![]() |
Abbas Balaban |
Maç öncesi Müçü Bey Can Bey’e taktik veriyor, diyor ki: bir
tek Hüsnü Paşa’yı ileride bırakıp beş kişi kendi yarı alanımıza çekilirsek,
kazanma ihtimalimiz olabilir; rakip çok güçlü, takımlar çok dengesiz…
Kuşlarım bu haberi kulağıma getirdiğinde, karton bardağımla
çayımı almış, yerime yeni oturmuşum, henüz dizüstü bilgisayarımı açmış bile
değilim.
Derhal kadroları tetkik ediyorum: Müçü Bey’in takımında
Kerem L’yi, Can’ı, Ozan’ı, Hasan’ı, Hüsnü Bey’i ve Sezar’ı görüyorum. Rakip? Suat,
Fırat, Kıvanç-İnanç kardeşler, Kemal Gökhan Bey… İki de yabancı var, Şiar ve
Kadir Deniz…
Evet, rakip daha genç, dinamik, ama bizimkilerin de dirençli
bir takım olma şansı var. Bir şartla! Oyun ciddiyeti…
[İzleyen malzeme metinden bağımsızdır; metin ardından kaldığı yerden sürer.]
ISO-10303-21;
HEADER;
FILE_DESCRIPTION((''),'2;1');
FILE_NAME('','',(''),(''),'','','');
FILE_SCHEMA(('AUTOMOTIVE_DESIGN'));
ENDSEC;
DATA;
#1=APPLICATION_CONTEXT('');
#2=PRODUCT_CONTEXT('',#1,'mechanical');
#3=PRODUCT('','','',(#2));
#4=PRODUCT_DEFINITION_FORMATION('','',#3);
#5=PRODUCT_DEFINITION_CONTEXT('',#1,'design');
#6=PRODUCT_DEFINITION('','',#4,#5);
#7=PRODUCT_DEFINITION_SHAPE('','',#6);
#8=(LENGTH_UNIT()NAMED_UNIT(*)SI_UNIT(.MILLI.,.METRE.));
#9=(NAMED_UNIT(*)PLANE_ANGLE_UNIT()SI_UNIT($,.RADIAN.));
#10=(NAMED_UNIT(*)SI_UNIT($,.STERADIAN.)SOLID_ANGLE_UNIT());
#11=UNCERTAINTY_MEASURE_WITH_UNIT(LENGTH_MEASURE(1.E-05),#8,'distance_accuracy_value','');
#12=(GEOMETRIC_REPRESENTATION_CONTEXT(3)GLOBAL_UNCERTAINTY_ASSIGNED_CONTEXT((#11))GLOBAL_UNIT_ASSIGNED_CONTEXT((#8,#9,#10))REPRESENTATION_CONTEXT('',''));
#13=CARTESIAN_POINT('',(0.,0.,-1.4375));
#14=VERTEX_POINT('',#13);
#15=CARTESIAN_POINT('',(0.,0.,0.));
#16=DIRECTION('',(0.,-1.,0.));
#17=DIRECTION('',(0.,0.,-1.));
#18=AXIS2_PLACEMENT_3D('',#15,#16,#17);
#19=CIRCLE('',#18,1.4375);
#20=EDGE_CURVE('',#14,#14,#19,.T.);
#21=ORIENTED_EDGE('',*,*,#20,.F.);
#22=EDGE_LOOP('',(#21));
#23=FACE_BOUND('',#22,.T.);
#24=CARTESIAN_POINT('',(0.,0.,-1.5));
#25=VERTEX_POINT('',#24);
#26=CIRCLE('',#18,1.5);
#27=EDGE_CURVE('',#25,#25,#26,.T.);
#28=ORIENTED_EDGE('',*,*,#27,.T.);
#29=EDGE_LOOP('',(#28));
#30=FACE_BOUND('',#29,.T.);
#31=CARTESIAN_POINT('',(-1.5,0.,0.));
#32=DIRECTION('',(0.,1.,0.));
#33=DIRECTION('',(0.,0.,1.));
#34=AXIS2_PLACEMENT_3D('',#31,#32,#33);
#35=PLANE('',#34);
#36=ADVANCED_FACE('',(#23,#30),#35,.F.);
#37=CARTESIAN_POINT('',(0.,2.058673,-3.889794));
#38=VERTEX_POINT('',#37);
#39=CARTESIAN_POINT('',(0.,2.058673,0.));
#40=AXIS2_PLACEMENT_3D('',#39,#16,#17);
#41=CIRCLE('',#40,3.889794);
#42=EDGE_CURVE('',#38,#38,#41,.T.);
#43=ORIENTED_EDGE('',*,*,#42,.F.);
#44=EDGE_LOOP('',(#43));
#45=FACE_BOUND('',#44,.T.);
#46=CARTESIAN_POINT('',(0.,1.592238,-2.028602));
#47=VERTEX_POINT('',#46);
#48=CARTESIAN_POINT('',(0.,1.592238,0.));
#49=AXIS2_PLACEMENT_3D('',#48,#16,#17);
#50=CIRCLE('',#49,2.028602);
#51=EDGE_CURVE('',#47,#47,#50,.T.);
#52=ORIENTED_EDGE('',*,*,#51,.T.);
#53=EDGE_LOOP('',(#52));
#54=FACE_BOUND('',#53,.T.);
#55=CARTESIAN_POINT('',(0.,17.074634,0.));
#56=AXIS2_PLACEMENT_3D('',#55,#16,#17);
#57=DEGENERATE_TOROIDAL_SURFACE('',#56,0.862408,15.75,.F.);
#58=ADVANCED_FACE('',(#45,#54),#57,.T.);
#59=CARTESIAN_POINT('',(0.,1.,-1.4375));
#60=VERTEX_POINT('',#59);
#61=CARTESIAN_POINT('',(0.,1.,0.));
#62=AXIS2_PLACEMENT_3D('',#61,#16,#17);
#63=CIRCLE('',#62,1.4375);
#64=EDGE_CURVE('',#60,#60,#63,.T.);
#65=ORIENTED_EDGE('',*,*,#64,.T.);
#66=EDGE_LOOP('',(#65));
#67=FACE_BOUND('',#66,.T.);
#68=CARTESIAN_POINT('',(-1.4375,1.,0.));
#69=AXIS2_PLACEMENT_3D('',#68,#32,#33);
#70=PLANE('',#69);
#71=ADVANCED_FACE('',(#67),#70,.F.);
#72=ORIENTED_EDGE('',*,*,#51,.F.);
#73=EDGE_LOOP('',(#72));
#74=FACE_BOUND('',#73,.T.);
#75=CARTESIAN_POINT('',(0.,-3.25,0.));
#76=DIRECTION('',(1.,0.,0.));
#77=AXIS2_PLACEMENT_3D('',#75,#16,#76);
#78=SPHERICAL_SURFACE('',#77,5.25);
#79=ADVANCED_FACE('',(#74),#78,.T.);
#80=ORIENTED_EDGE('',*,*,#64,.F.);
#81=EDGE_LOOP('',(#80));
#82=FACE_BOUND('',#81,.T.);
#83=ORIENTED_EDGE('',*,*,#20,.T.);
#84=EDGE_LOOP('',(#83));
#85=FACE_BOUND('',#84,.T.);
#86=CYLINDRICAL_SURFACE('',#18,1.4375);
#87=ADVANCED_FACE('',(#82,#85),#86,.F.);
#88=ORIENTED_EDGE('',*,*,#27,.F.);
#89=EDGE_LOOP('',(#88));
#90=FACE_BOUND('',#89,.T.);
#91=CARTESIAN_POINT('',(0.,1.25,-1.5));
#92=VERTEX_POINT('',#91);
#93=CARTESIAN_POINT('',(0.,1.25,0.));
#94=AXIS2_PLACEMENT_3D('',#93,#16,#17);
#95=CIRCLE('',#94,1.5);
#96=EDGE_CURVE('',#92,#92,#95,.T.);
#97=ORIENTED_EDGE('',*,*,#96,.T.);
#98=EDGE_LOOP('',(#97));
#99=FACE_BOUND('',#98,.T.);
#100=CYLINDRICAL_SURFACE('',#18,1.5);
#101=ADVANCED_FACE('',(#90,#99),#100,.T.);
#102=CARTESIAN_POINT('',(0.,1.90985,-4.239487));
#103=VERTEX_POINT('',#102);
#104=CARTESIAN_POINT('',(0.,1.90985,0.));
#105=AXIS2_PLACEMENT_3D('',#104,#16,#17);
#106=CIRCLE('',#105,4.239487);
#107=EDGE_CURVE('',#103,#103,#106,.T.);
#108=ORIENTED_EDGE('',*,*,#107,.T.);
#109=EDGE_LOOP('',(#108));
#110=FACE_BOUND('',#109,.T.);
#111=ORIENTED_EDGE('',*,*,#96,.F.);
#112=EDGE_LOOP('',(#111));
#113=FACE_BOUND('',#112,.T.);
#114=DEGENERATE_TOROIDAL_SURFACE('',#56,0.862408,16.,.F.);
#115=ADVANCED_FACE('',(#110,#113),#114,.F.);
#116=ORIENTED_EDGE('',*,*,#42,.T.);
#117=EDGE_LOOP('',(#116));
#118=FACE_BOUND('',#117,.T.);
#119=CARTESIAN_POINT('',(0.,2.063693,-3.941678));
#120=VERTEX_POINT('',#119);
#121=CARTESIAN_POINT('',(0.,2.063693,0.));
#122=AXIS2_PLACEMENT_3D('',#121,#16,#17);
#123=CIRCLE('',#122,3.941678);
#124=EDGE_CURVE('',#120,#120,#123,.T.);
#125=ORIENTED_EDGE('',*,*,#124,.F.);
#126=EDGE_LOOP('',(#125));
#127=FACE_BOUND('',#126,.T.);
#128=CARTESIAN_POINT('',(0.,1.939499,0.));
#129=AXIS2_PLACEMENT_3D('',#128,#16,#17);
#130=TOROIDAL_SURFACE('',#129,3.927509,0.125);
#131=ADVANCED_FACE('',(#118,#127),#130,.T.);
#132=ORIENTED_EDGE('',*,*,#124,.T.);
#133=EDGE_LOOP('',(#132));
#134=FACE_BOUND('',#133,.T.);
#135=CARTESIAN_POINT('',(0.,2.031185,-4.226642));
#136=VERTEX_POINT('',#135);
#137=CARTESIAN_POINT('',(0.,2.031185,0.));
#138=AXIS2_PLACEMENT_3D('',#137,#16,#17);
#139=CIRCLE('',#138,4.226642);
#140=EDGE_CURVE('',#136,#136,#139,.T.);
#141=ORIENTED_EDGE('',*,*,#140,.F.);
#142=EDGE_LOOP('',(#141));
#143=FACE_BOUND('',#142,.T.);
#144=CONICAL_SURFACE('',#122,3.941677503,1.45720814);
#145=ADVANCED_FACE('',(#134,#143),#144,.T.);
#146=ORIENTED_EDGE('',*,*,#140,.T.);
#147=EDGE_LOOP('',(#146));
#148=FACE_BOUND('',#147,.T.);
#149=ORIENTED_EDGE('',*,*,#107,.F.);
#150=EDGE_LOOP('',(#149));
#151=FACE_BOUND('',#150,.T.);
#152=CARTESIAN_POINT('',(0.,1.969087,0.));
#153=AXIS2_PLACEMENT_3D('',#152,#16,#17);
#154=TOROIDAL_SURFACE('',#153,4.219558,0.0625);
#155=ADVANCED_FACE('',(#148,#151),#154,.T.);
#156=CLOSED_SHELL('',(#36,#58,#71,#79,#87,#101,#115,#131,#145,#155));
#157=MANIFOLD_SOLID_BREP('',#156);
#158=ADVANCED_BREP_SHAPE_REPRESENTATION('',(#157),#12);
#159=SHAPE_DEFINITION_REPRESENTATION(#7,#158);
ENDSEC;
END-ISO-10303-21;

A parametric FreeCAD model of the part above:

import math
import FreeCAD as App
import Part
import Sketcher
Q = App.Units.Quantity

doc = App.newDocument("Part")
body = doc.addObject("PartDesign::Body", "Body")

sketch1 = body.newObject("Sketcher::SketchObject", "Sketch")
sketch1.AttachmentSupport = (doc.getObject("XY_Plane"), [""])
sketch1.MapMode = "FlatFace"
sketch1.addGeometry([
    Part.LineSegment(App.Vector(-1.5, 1.25, 0), App.Vector(-1.5, 0, 0)),
    Part.LineSegment(App.Vector(-1.5, 0, 0), App.Vector(-1.44, 0, 0)),
    Part.LineSegment(App.Vector(-1.44, 0, 0), App.Vector(-1.44, 1, 0)),
    Part.LineSegment(App.Vector(-1.44, 1, 0), App.Vector(0, 1, 0)),
    Part.LineSegment(App.Vector(0, 1, 0), App.Vector(0, 2, 0)),
    Part.ArcOfCircle(Part.Circle(App.Vector(0, -3.25, 0), App.Vector(0, 0, 1), 5.25), math.radians(90), math.radians(113)),
    Part.ArcOfCircle(Part.Circle(App.Vector(0.86, 17.07, 0), App.Vector(0, 0, 1), 15.75), math.radians(-107.56), math.radians(-100.58)),
    Part.ArcOfCircle(Part.Circle(App.Vector(-3.93, 1.94, 0), App.Vector(0, 0, 1), 0.13), math.radians(72), math.radians(97)),
    Part.LineSegment(App.Vector(-3.94, 2.06, 0), App.Vector(-4.23, 2.03, 0)),
    Part.ArcOfCircle(Part.Circle(App.Vector(-4.22, 1.97, 0), App.Vector(0, 0, 1), 0.06), math.radians(97), math.radians(251)),
    Part.ArcOfCircle(Part.Circle(App.Vector(0.86, 17.07, 0), App.Vector(0, 0, 1), 16), math.radians(-108.59), math.radians(-98.49)),
], False)
sketch1.addConstraint([
    Sketcher.Constraint("Coincident", 0, 2, 1, 1),
    Sketcher.Constraint("Coincident", 1, 2, 2, 1),
    Sketcher.Constraint("Coincident", 2, 2, 3, 1),
    Sketcher.Constraint("Coincident", 3, 2, 4, 1),
    Sketcher.Constraint("Coincident", 4, 2, 5, 1),
    Sketcher.Constraint("Coincident", 5, 2, 6, 2),
    Sketcher.Constraint("Tangent", 6, 1, 7, 1),
    Sketcher.Constraint("Tangent", 7, 2, 8, 1),
    Sketcher.Constraint("Tangent", 8, 2, 9, 1),
    Sketcher.Constraint("Tangent", 9, 2, 10, 1),
    Sketcher.Constraint("Coincident", 10, 2, 0, 1),
    Sketcher.Constraint("Vertical", 0),
    Sketcher.Constraint("Horizontal", 1),
    Sketcher.Constraint("Vertical", 2),
    Sketcher.Constraint("Horizontal", 3),
    Sketcher.Constraint("Vertical", 4),
    Sketcher.Constraint("Coincident", 10, 3, 6, 3),
    Sketcher.Constraint("PointOnObject", 5, 3, -2),
    Sketcher.Constraint("PointOnObject", 0, 2, -1),
    Sketcher.Constraint("PointOnObject", 3, 2, -2),
    Sketcher.Constraint("Equal", 2, 4),
    Sketcher.Constraint("Radius", 10, Q("16 mm")),
    Sketcher.Constraint("DistanceY", 2, 1, 2, 2, Q("1 mm")),
    Sketcher.Constraint("Radius", 5, Q("5.25 mm")),
    Sketcher.Constraint("Radius", 6, Q("15.75 mm")),
    Sketcher.Constraint("Radius", 7, Q("0.125 mm")),
    Sketcher.Constraint("DistanceY", 0, 2, 0, 1, Q("1.25 mm")),
    Sketcher.Constraint("DistanceX", 0, 2, -1, 1, Q("1.5 mm")),
    Sketcher.Constraint("Radius", 9, Q("0.0625 mm")),
    Sketcher.Constraint("DistanceX", 1, 1, 1, 2, Q("0.0625 mm")),
    Sketcher.Constraint("DistanceY", -1, 1, 7, 3, Q("1.939499 mm")),
    Sketcher.Constraint("DistanceX", -1, 1, 6, 3, Q("0.862408 mm")),
    Sketcher.Constraint("DistanceX", 8, 2, -1, 1, Q("4.226642 mm")),
])
revolution = body.newObject("PartDesign::Revolution", "Revolution")
revolution.Profile = sketch1
revolution.ReferenceAxis = (sketch1, ["V_Axis"])
revolution.Angle = 360

doc.recompute()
Fakat maç bu ciddiyetle başlamıyor. Ozan efendi, kendini
Bahadır Bey’le karıştırıyor olacak, kalecisinden aldığı ilk topla çalıma
giriyor ve kaptırıp takımına golü yediriyor. Ha! Topu atan kaleci çok mu doğru
atıyor? Hayır ama, Ozan efendi, sen de orada maceraya girmeyeceksin. O topu
kaptırırsan, filenden çıkarırsın. İki kere iki dört.
Bereket Kadir var… Bizimkiler Sezar’ın kaptığı topla bir
kontratak fırsatı buluyor, Hasan efendi golü inatla atamıyor ama son vuruşunu kaleci vazifesi olmayan Kadir
çizgiden elle çıkarınca kazanılan penaltıyı Hüsnü Paşa gole çeviriyor.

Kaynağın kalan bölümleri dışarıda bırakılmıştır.